The exchange’s other component is a 1.12-acre tract near Cimarron Street and Interstate 25 owned by the Jenkins family. The city wants to make a trail connection and improve water quality with a pond as part of the interchange project. Though Jenkins still owns the property, the city has installed a path there, Melchor says, citing Nor’wood’s cooperation and the idea that “regardless of the eventual ownership of the property it would be a valuable amenity for Colorado Springs.”
That general area has some history of contamination of its own. In July 2014, excavation crews working on a playground project north of the Jenkins land unearthed floor tiles and a vent pipe containing asbestos. The city paid $220,000 to mitigate those problems in 2015.
That prompted Councilor Don Knight to wonder if the city is trading one polluted site for another. “It worries me that that property [trail link] is 100 yards from land that is fully contaminated,” he said. “I don’t think we’re doing our due diligence if we don’t do borings, or do some kind of testing below ground.”

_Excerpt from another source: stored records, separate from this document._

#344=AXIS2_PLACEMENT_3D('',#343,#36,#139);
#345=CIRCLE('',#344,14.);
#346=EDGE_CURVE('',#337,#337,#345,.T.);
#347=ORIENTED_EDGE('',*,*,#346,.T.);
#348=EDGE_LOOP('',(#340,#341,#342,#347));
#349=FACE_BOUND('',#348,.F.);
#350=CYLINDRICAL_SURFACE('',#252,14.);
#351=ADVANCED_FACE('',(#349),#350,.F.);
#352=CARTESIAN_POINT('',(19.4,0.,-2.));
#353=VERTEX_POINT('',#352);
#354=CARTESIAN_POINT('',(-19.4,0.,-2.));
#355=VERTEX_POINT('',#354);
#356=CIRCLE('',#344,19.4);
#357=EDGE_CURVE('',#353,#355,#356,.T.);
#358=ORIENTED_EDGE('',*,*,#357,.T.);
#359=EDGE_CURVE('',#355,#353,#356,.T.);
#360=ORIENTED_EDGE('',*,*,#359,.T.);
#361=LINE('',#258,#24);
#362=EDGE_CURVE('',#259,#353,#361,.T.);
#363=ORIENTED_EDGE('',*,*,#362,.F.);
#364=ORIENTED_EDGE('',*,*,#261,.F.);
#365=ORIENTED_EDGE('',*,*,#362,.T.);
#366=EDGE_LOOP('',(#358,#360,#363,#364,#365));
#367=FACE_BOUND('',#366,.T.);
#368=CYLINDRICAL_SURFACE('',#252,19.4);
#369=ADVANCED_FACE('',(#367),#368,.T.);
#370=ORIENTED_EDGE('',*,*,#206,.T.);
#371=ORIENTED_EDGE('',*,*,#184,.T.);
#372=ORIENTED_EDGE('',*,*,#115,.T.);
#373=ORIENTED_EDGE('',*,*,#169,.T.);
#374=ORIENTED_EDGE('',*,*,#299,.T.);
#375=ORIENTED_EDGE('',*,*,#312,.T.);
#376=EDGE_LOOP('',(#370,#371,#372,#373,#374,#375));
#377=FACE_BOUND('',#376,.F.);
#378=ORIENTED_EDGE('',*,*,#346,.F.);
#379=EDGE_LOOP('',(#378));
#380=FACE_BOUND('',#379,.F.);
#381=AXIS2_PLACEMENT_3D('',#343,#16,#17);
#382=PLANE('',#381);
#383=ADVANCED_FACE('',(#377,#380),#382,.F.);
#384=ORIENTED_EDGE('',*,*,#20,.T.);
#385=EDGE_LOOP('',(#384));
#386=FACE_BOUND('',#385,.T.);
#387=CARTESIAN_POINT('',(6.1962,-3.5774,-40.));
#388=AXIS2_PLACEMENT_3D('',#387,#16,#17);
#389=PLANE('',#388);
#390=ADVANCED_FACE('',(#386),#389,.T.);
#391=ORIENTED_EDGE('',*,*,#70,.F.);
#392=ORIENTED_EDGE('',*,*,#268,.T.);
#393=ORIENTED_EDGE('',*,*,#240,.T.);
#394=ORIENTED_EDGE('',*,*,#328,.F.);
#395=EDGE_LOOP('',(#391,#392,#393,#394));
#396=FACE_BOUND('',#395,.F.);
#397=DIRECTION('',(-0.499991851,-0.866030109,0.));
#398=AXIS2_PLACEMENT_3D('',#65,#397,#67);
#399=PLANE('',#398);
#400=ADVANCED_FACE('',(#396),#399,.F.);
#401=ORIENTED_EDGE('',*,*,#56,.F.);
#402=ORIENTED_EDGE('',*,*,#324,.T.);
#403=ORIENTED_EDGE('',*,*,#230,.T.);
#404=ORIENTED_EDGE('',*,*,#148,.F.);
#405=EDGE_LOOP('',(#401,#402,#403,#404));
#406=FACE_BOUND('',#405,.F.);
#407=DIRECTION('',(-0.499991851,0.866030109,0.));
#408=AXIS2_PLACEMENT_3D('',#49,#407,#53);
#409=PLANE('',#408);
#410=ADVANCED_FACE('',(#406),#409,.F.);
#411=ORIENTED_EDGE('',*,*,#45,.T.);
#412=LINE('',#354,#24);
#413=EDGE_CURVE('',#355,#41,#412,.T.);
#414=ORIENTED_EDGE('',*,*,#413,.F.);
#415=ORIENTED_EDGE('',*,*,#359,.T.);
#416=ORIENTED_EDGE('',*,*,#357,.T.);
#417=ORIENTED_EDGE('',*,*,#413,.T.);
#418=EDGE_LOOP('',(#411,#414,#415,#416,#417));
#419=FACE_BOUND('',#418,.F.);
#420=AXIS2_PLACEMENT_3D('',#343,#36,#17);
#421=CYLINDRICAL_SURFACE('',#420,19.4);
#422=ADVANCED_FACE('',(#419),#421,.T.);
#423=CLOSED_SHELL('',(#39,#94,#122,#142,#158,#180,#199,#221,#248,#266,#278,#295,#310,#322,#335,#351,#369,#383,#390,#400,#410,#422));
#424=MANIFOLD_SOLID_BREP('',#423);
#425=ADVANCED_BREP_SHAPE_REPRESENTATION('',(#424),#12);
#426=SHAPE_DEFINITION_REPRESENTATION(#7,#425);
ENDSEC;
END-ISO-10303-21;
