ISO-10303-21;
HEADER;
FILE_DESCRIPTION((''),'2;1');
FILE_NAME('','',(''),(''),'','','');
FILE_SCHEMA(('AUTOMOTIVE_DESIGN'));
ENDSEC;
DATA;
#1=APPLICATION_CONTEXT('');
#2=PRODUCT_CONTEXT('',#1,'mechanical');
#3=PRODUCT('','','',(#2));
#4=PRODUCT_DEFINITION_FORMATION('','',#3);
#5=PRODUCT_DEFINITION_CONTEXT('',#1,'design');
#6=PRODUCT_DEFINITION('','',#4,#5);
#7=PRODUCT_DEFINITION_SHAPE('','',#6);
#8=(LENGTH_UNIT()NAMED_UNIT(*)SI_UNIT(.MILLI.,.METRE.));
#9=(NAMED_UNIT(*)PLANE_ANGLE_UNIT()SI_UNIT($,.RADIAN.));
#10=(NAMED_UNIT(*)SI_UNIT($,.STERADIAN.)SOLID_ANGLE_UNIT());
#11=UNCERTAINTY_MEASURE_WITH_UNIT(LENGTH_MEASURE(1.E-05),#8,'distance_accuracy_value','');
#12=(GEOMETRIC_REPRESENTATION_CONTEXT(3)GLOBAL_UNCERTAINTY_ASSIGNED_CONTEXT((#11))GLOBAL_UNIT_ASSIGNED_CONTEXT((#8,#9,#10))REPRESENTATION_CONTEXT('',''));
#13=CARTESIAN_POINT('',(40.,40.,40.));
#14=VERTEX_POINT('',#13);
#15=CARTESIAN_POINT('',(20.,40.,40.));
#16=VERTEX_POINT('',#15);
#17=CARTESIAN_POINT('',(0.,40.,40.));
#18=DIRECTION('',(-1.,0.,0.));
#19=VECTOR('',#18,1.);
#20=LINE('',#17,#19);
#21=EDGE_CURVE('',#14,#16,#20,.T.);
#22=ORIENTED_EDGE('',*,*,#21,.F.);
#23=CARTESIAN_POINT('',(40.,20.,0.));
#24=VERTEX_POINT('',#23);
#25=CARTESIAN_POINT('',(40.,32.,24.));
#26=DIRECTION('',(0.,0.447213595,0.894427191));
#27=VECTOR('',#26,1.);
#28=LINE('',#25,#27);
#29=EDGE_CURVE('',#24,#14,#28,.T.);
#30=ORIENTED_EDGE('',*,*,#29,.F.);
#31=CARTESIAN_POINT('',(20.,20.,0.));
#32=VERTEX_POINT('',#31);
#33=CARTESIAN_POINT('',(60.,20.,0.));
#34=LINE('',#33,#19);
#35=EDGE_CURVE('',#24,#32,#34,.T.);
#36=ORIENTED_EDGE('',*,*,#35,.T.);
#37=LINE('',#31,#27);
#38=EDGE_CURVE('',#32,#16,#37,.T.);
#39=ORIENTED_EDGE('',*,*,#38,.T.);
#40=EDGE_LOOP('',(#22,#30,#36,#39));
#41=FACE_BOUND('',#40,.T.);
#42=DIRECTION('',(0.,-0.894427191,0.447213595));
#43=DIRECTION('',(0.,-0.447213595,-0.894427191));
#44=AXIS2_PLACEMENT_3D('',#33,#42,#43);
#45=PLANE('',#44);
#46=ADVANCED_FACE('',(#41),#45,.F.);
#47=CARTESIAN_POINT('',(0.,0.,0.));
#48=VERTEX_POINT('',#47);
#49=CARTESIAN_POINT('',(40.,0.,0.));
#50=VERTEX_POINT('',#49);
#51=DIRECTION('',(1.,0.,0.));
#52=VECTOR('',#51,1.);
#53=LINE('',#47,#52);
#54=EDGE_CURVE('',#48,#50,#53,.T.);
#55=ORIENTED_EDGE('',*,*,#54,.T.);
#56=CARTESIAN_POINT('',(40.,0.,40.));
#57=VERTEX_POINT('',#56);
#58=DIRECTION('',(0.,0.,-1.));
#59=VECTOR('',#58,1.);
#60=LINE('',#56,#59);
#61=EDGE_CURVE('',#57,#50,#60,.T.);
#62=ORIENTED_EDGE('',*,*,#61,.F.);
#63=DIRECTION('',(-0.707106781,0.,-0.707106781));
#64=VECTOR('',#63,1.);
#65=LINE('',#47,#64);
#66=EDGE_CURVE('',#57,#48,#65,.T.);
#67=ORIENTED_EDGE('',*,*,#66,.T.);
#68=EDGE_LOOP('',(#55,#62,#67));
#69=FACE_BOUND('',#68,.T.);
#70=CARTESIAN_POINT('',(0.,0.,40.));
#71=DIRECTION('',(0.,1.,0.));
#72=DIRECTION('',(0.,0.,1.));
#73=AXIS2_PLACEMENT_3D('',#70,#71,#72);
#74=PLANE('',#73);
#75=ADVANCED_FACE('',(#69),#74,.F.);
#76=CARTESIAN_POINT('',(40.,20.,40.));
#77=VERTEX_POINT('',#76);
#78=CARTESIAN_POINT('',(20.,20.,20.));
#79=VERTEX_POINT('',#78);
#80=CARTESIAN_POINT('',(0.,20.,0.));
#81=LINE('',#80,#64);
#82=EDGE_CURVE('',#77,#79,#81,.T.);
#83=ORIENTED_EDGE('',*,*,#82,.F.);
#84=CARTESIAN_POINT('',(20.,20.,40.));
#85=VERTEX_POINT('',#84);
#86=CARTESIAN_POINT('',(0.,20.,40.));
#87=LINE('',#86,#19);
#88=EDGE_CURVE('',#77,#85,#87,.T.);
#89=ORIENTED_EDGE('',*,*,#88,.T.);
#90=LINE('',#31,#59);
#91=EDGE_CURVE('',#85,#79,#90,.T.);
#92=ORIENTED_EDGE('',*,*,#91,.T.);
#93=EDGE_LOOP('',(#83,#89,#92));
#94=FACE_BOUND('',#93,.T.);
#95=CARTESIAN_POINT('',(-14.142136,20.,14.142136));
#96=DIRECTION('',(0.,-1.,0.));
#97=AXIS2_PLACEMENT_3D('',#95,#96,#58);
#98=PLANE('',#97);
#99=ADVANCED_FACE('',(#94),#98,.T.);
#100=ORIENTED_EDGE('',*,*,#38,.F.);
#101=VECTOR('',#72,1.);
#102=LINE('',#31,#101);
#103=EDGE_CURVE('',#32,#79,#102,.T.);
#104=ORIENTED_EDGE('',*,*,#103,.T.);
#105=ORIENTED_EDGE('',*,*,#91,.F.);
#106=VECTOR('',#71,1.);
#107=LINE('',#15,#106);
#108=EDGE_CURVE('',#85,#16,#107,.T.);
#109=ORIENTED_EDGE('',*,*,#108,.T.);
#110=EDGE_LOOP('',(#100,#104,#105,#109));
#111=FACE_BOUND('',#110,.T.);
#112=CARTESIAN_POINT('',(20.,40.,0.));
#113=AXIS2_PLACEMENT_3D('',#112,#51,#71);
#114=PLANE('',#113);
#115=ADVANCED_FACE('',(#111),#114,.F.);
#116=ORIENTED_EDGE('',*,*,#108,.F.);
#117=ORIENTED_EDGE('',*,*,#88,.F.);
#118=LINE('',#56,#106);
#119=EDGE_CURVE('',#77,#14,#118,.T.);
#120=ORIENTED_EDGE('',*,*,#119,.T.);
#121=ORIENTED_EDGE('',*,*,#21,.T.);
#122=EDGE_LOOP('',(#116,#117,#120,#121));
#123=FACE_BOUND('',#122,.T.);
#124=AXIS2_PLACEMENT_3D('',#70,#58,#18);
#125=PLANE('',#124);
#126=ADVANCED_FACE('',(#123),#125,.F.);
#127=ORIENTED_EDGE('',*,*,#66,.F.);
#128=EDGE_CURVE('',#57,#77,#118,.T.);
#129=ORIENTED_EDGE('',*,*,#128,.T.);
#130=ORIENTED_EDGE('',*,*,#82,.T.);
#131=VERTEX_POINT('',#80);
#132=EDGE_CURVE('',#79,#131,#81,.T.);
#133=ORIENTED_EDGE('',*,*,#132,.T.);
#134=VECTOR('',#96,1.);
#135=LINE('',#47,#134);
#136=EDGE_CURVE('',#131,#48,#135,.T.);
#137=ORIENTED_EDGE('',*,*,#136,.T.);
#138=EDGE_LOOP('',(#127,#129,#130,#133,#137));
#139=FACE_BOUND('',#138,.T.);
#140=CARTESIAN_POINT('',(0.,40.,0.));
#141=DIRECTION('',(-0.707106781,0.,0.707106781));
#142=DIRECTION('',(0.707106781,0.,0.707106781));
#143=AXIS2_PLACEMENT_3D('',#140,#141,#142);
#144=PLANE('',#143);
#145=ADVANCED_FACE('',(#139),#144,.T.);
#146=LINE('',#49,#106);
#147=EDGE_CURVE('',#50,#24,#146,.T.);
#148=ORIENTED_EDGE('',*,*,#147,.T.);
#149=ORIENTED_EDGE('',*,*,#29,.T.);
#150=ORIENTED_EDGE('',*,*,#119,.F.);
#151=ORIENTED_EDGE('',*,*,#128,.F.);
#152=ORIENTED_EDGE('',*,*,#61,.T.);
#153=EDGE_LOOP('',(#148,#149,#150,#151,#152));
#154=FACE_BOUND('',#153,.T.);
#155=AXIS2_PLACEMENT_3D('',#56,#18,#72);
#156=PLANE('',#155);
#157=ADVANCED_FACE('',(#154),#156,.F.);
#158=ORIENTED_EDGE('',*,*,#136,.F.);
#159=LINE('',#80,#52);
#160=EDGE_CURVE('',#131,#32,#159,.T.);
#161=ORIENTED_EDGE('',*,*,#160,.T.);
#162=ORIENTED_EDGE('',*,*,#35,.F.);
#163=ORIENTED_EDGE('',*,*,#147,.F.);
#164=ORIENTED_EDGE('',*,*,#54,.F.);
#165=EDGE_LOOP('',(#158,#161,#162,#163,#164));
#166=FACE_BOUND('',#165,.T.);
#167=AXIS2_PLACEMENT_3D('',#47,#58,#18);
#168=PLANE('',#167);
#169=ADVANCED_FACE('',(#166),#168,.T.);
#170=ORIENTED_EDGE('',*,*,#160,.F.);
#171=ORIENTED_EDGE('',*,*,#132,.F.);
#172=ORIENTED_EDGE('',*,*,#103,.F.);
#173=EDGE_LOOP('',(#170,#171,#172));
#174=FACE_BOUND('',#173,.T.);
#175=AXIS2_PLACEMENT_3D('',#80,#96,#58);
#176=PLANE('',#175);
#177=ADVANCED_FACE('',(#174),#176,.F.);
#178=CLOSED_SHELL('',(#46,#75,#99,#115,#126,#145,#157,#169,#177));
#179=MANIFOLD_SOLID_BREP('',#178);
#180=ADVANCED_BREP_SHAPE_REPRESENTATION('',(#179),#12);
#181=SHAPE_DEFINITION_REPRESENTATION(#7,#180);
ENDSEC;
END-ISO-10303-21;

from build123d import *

# Parameters (mm, degrees)
SKETCH1_W            = 40
SKETCH1_H            = 40
BOSS_EXTRUDE1_DEPTH  = 40
SKETCH2_W            = 20
SKETCH2_H            = 20
CUT_EXTRUDE1_DEPTH   = 40
CUT_EXTRUDE2_DEPTH   = 40
CUT_EXTRUDE6_DEPTH   = 40
CUT_EXTRUDE7_DEPTH   = 19.999
SKETCH7_W            = 19.998
SKETCH7_H            = 19.999
CUT_EXTRUDE8_DEPTH   = 19.999
SKETCH8_W            = 19.999
SKETCH8_H            = 19.999
CUT_EXTRUDE9_DEPTH   = 19.999
SKETCH11_W           = 28.28144282
SKETCH11_H           = 19.999
BOSS_EXTRUDE9_DEPTH  = 0.0009
BOSS_EXTRUDE10_DEPTH = 20
SKETCH14_W           = 57
SKETCH14_H           = 20
CUT_EXTRUDE11_DEPTH  = 20


with BuildPart() as part:
    # Sketch1 → Boss-Extrude1 (new body)
    with BuildSketch(Plane.XY):
        with Locations((20, 20)):
            Rectangle(SKETCH1_W, SKETCH1_H)
    extrude(amount=BOSS_EXTRUDE1_DEPTH)

    # Sketch2 → Cut-Extrude1 (cut)
    with BuildSketch(Plane.XY.offset(40)):
        with Locations((10, 30)):
            Rectangle(SKETCH2_W, SKETCH2_H)
    extrude(amount=-CUT_EXTRUDE1_DEPTH, mode=Mode.SUBTRACT)

    # Sketch3 → Cut-Extrude2 (cut)
    with BuildSketch(Plane.ZY.offset(-20)):
        Polygon((0, 20), (40, 40), (0, 40), align=None)
    extrude(amount=-CUT_EXTRUDE2_DEPTH, mode=Mode.SUBTRACT)

    # Sketch4 → Cut-Extrude6 (cut)
    with BuildSketch(Plane(origin=(0, 0, 0), x_dir=(1, 0, 0), z_dir=(0, 1, 0))):
        Polygon((0, 0), (20, -20), (20, -40), (0, -40), align=None)
    extrude(amount=CUT_EXTRUDE6_DEPTH, mode=Mode.SUBTRACT)

    # Sketch6 → Cut-Extrude7 (cut)
    with BuildSketch(Plane(origin=(0, 0, 0), x_dir=(-1, 0, 0), z_dir=(0, -1, 0))):
        Polygon((-20.001, -39.9999), (-39.999, -39.9999), (-20.001, -20.0019), align=None)
    extrude(amount=-CUT_EXTRUDE7_DEPTH, mode=Mode.SUBTRACT)

    # Sketch7 → Cut-Extrude8 (cut)
    with BuildSketch(Plane(origin=(20.001, 0, 0), x_dir=(0, 0, -1), z_dir=(1, 0, 0))):
        with Locations((-30.0009, 9.9995)):
            Rectangle(SKETCH7_W, SKETCH7_H)
    extrude(amount=-CUT_EXTRUDE8_DEPTH, mode=Mode.SUBTRACT)

    # Sketch8 → Cut-Extrude9 (cut)
    with BuildSketch(Plane(origin=(0, 0, 39.9999), x_dir=(-1, 0, 0), z_dir=(0, 0, -1))):
        with Locations((-29.9995, 9.9995)):
            Rectangle(SKETCH8_W, SKETCH8_H)
    extrude(amount=-CUT_EXTRUDE9_DEPTH, mode=Mode.SUBTRACT)

    # Sketch11 → Boss-Extrude9 (add)
    with BuildSketch(Plane(origin=(-0.00045, 0, 0.00045), x_dir=(0.707106781, 0, 0.707106781), z_dir=(-0.707106781, 0, 0.707106781))):
        with Locations((42.427043267, 9.9995)):
            Rectangle(SKETCH11_W, SKETCH11_H)
    extrude(amount=BOSS_EXTRUDE9_DEPTH)

    # Sketch13 → Boss-Extrude10 (add)
    with BuildSketch(Plane(origin=(0, 0, 0), x_dir=(-1, 0, 0), z_dir=(0, -1, 0))):
        Polygon((-20.001, -20.0019), (-20.000363604, -20.002536396), (-20, -20.0019), align=None)
    extrude(amount=-BOSS_EXTRUDE10_DEPTH)

    # Sketch14 → Cut-Extrude11 (cut)
    with BuildSketch(Plane(origin=(0, 0, 0), x_dir=(0.707106781, 0, 0.707106781), z_dir=(-0.707106781, 0, 0.707106781))):
        with Locations((28.5, 10)):
            Rectangle(SKETCH14_W, SKETCH14_H)
    extrude(amount=CUT_EXTRUDE11_DEPTH, mode=Mode.SUBTRACT)


solid = part.part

Mayoral Chief of Staff Jeff Greene told Knight, “I assure you, we will do a thorough due diligence in terms of the contamination of that property.”
Bore tests performed in August 2017 found asbestos at levels in line with “established regional background concentrations,” which require no further cleanup, LT Environmental, Inc., reported. Tests also revealed the presence of benzo(a)pyrene, a cancer-causing hydrocarbon, at levels that comply with EPA regulations for industrial property limits, but that require remediation if the ground is excavated.
Melchor reports the bike trail meets all state and city requirements “for environmental clearances.”
All of this adds up to a sweet deal for the city, which is not only getting a property valued at $903,000 from the Jenkins family compared to the city’s property value of $360,000, but is foisting cleanup of the city tracts onto Southwest Downtown, a tab that LT Environmental estimates at a whopping $4.4 million.
Whether the city will allow Southwest Downtown to escape some liability isn’t known. Asked about that, Melchor says via email, “Not resolved,” and Council President Richard Skorman says the question hasn’t come to Council.
But further delays beyond the new closing date of April 20 could jeopardize timing of building the much-ballyhooed pedestrian bridge, funded in part with tax money, because the exchange agreement requires Southwest Downtown to remediate the bridge site prior to construction, which is to begin this fall and finish a few months before the museum’s November 2019 opening.
If the land swap falls through, how would the city fund the bridge site cleanup?
Perry Sanders, who owns the Antlers Hotel and a Trestle Building space and has practiced environmental law, said in an April 24 letter to Council this might be the city’s best chance for “transformational redevelopment” which could “elevate the entire city.”
“But the biggest advantage we see for the city,” he wrote, “is an assumption of risk, associated with the pollution, and a hold harmless [release of the city from liability] by a company strong enough for the hold harmless to actually have meaning.”